Goal of the exercise ▸
Retype, word for word, every line of the records below starting at the one that contains "#205=EDGE_CURVE('',#194,#201,#204,.T.);" and ending at the one that contains "#231=ADVANCED_FACE('',(#229),#230,.F.);"; include both of those lines and nothing more.

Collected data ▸
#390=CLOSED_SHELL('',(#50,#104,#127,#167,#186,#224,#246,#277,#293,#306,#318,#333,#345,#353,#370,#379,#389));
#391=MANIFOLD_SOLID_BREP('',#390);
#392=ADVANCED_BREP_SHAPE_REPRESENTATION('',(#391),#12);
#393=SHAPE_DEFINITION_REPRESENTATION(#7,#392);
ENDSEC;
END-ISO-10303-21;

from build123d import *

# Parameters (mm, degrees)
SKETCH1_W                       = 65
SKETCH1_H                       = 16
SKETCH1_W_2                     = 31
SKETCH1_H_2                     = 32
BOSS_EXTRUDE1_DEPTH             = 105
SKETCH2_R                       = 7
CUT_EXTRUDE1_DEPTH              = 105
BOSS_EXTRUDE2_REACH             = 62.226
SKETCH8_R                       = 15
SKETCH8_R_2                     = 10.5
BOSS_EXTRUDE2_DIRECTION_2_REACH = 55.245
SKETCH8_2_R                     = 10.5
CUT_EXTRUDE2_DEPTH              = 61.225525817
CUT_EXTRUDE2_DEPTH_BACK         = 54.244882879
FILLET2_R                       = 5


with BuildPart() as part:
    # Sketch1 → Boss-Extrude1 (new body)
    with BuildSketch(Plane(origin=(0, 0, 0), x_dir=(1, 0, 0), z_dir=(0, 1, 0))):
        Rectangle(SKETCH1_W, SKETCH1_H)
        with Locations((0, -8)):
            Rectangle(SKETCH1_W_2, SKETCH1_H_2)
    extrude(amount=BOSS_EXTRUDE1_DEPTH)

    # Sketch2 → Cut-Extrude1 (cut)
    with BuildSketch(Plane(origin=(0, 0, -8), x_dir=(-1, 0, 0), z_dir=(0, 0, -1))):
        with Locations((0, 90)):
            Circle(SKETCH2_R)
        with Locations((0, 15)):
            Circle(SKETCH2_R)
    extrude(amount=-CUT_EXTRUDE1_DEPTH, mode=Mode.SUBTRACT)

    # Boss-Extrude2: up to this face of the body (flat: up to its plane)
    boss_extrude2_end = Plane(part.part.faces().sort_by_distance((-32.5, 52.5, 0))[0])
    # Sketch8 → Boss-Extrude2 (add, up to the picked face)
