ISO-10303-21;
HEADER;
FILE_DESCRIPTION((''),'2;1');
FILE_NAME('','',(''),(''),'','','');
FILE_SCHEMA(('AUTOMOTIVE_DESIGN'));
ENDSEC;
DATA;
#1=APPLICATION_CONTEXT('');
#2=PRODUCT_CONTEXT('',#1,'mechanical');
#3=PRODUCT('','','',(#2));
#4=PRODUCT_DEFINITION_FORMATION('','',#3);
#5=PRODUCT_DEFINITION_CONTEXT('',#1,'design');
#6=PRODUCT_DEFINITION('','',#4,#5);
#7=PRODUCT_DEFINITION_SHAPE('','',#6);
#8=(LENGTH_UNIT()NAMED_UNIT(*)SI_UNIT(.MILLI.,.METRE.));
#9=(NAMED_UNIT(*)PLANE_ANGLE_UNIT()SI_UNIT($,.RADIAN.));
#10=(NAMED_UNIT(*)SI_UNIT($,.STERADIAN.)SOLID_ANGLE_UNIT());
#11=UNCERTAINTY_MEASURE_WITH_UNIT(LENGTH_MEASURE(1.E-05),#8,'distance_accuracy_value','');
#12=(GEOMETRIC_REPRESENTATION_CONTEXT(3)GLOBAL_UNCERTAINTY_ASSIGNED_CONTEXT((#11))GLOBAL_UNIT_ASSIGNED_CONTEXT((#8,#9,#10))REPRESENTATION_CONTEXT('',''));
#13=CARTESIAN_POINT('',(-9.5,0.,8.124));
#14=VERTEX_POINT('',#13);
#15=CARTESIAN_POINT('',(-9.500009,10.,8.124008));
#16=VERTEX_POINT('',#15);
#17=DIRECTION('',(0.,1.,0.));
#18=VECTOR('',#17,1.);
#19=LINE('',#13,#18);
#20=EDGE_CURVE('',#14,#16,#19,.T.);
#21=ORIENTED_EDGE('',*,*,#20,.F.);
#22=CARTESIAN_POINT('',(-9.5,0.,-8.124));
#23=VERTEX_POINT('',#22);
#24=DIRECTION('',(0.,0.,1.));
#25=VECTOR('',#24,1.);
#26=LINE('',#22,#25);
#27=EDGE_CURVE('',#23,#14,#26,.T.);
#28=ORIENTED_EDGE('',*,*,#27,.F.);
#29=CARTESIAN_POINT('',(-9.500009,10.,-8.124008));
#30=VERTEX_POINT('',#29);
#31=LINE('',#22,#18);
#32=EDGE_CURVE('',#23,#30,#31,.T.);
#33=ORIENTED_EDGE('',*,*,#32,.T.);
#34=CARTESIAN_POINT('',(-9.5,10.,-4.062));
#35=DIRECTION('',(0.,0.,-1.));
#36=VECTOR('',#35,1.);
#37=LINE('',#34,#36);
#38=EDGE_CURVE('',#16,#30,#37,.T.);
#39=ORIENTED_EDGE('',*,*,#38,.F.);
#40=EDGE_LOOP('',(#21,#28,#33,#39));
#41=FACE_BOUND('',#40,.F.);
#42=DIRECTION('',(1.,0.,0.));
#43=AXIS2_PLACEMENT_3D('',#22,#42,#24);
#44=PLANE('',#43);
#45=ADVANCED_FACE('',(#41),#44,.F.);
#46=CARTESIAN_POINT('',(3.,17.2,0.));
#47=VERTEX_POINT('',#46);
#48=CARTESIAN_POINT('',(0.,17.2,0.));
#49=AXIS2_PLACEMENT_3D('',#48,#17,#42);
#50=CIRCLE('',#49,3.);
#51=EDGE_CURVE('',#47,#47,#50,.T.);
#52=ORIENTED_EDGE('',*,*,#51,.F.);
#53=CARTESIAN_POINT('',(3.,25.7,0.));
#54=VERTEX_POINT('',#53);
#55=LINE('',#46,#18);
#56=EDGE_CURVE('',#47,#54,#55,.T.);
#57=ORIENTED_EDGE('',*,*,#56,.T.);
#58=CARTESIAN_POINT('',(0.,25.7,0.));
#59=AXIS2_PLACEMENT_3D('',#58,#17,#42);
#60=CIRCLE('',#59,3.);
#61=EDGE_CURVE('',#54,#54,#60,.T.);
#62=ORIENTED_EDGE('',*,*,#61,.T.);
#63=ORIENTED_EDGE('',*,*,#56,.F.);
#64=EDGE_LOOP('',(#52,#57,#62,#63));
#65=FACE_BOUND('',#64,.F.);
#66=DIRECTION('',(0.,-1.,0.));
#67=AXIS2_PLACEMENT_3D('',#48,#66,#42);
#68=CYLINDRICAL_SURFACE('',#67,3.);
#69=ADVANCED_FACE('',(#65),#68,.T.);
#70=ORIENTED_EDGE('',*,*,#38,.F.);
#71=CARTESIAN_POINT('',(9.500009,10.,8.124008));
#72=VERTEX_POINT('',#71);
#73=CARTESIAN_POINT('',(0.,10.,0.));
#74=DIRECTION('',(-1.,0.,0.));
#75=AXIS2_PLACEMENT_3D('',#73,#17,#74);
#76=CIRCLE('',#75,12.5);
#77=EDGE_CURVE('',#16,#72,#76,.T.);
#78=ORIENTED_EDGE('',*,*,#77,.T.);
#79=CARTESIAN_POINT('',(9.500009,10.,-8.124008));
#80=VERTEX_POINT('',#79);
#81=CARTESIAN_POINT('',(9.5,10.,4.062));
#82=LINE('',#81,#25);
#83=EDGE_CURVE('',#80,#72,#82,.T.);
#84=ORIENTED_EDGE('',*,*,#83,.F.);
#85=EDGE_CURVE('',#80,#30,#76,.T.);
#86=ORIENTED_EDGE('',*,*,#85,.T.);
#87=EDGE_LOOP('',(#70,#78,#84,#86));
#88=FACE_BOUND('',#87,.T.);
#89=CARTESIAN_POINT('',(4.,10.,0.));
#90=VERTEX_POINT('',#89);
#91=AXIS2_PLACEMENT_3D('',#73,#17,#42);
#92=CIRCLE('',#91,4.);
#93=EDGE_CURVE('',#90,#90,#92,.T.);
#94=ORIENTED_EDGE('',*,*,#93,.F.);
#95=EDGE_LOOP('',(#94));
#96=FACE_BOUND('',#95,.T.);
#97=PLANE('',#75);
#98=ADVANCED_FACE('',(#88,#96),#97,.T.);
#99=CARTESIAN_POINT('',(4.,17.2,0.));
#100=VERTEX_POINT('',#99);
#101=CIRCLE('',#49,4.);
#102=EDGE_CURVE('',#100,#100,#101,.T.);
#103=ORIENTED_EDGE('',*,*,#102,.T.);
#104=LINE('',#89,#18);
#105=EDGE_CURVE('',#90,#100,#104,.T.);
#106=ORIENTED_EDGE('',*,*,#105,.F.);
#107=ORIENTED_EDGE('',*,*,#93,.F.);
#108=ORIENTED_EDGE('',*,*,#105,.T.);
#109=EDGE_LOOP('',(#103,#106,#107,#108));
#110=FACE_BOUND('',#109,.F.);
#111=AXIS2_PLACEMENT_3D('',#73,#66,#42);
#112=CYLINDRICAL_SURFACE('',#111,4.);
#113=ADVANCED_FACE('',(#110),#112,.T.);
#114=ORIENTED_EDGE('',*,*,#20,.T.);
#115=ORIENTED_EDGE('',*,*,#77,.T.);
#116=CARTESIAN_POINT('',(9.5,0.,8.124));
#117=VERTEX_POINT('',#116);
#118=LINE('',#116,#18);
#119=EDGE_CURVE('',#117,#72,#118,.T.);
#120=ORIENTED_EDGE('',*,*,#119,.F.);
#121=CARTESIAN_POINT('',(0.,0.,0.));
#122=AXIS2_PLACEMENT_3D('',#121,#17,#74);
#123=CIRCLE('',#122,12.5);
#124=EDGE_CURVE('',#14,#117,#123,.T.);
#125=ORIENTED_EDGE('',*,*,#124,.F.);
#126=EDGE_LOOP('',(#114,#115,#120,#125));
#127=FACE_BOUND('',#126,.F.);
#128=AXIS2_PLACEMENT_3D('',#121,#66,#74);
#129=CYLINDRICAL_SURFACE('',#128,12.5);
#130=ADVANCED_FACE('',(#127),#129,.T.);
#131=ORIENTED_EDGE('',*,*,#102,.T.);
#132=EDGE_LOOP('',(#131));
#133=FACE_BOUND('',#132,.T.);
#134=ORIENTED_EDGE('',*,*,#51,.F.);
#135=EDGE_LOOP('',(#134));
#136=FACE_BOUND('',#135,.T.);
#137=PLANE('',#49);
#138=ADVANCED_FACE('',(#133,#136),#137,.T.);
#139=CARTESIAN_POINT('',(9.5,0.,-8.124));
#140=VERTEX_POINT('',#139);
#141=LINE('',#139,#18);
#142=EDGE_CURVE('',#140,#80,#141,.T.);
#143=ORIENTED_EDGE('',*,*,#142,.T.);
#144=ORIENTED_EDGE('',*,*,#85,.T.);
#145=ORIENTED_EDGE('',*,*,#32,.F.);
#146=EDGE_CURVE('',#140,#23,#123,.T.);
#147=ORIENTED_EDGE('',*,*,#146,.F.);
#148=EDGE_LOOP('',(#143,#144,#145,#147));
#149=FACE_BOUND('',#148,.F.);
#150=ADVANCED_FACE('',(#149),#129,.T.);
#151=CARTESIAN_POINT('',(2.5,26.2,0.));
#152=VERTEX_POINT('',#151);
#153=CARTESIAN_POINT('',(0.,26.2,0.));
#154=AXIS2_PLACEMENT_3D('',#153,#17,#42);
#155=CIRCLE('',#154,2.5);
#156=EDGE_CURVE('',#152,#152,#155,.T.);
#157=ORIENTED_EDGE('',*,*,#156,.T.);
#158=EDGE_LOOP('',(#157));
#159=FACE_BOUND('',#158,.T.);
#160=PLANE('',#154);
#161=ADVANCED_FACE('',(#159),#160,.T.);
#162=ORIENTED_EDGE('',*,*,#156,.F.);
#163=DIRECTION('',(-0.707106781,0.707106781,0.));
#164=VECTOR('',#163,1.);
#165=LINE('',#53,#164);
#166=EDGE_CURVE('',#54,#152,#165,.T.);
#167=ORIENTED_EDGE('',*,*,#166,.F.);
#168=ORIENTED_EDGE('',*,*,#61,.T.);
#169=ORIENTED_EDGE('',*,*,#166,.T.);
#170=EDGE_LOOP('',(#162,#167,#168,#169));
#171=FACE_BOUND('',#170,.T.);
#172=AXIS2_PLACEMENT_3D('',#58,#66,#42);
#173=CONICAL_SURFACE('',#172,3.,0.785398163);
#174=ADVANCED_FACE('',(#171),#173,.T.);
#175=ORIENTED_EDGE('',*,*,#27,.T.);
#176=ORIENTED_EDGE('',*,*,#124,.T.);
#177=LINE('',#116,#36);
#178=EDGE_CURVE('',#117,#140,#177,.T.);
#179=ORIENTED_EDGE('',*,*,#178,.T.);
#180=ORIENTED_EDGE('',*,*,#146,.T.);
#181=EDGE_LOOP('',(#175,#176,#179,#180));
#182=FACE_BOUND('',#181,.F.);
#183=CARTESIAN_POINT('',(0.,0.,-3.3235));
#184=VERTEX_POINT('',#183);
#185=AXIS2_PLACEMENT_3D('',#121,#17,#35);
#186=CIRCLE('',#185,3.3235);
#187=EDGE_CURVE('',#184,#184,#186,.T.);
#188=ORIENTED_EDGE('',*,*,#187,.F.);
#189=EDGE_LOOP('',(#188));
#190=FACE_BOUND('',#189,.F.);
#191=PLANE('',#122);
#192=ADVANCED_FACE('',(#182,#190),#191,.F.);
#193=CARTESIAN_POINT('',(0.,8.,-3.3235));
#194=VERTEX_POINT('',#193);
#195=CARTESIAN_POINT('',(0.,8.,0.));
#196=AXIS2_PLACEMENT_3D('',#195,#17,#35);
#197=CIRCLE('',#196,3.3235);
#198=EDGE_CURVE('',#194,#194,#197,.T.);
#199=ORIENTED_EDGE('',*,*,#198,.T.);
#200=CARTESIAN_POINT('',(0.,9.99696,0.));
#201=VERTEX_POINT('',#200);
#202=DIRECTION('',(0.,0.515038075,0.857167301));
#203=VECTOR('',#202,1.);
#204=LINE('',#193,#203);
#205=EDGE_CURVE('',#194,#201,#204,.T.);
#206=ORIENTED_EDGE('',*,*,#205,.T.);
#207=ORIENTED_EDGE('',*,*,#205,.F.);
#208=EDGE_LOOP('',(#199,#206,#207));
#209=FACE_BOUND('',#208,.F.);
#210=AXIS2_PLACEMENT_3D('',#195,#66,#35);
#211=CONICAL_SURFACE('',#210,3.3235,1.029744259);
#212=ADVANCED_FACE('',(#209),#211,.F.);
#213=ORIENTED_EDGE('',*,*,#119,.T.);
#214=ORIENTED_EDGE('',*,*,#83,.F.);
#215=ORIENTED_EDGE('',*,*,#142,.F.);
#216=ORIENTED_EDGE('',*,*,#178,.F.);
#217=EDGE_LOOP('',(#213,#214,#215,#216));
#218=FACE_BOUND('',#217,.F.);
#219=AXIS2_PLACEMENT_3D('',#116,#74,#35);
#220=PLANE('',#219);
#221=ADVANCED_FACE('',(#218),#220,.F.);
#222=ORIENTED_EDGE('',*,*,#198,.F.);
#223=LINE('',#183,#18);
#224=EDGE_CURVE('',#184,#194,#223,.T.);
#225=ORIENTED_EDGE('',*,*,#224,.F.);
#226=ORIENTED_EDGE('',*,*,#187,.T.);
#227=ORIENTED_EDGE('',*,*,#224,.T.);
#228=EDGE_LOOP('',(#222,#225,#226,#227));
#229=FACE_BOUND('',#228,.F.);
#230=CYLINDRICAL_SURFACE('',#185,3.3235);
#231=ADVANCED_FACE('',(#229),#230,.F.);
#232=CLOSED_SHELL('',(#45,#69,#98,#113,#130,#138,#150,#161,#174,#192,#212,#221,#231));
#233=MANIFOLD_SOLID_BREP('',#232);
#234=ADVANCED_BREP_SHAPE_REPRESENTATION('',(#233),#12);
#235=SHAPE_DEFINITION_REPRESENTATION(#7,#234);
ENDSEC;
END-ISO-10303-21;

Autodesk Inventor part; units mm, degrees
ref_plane "YZ Plane" through (0, 0, 0) normal (1, 0, 0) x (0, 1, 0)
ref_plane "XZ Plane" through (0, 0, 0) normal (0, 1, 0) x (-1, 0, 0)
ref_plane "XY Plane" through (0, 0, 0) normal (0, 0, 1) x (1, 0, 0)
sketch "Sketch1" plane through (0, 0, 0) normal (0, 1, 0) x (-1, 0, 0)
  circle A0 centre (0, 0) radius 12.5
  dimension "d0" = 25
extrude "Extrusion1" add sketch "Sketch1" along normal blind 10
sketch "Sketch2" plane through (0, 10, 0) normal (0, 1, 0) x (1, 0, 0)
  circle A0 centre (0, 0) radius 4
  dimension "d3" = 8
extrude "Extrusion2" add sketch "Sketch2" along normal blind 7.2
sketch "Sketch3" plane through (0, 17.2, 0) normal (0, 1, 0) x (1, 0, 0)
  circle A0 centre (0, 0) radius 4 projected
  circle A1 centre (0, 0) radius 3
  dimension "d6" = 6
extrude "Extrusion3" add sketch "Sketch3" along normal blind 9 contours A1
chamfer "Chamfer1" distance 0.5 angle 45 1 edges at (-3, 26.2, 0)
thread "Thread1" size "M6x1" class "6g" standard "ANSI Metric M Profile" length 16
sketch "Sketch4" plane through (0, 0, 0) normal (0, -1, 0) x (1, 0, 0)
  point P0 (0, 0)
  point P1 (0, 0)
hole "Hole1" at (0, 0, 0) direction (0, 1, 0) diameter 6.647 depth 8 tip angle 118 thread size "M8x1.25" class "6H" standard "ISO Metric profile"
sketch "Sketch5" plane through (0, 0, 0) normal (0, -1, 0) x (1, 0, 0)
  circle A0 centre (0, 0) radius 12.5 projected
  line L0 (9.5, -8.124) -> (-9.5, -8.124)
  line L1 (-9.5, -8.124) -> (-9.5, 8.124)
  line L2 (-9.5, 8.124) -> (9.5, 8.124)
  line L3 (9.5, 8.124) -> (9.5, -8.124)
  line L4 (9.5, -8.124) -> (-9.5, 8.124) construction
  line L5 (-9.5, -8.124) -> (9.5, 8.124) construction
  dimension "d21" = 19
extrude "Extrusion4" cut sketch "Sketch5" against normal through all contours A0 L3 | L1 A0
properties part number "Fixing Stud Pt 2"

Exercise solution ▸
#205=EDGE_CURVE('',#194,#201,#204,.T.);
#206=ORIENTED_EDGE('',*,*,#205,.T.);
#207=ORIENTED_EDGE('',*,*,#205,.F.);
#208=EDGE_LOOP('',(#199,#206,#207));
#209=FACE_BOUND('',#208,.F.);
#210=AXIS2_PLACEMENT_3D('',#195,#66,#35);
#211=CONICAL_SURFACE('',#210,3.3235,1.029744259);
#212=ADVANCED_FACE('',(#209),#211,.F.);
#213=ORIENTED_EDGE('',*,*,#119,.T.);
#214=ORIENTED_EDGE('',*,*,#83,.F.);
#215=ORIENTED_EDGE('',*,*,#142,.F.);
#216=ORIENTED_EDGE('',*,*,#178,.F.);
#217=EDGE_LOOP('',(#213,#214,#215,#216));
#218=FACE_BOUND('',#217,.F.);
#219=AXIS2_PLACEMENT_3D('',#116,#74,#35);
#220=PLANE('',#219);
#221=ADVANCED_FACE('',(#218),#220,.F.);
#222=ORIENTED_EDGE('',*,*,#198,.F.);
#223=LINE('',#183,#18);
#224=EDGE_CURVE('',#184,#194,#223,.T.);
#225=ORIENTED_EDGE('',*,*,#224,.F.);
#226=ORIENTED_EDGE('',*,*,#187,.T.);
#227=ORIENTED_EDGE('',*,*,#224,.T.);
#228=EDGE_LOOP('',(#222,#225,#226,#227));
#229=FACE_BOUND('',#228,.F.);
#230=CYLINDRICAL_SURFACE('',#185,3.3235);
#231=ADVANCED_FACE('',(#229),#230,.F.);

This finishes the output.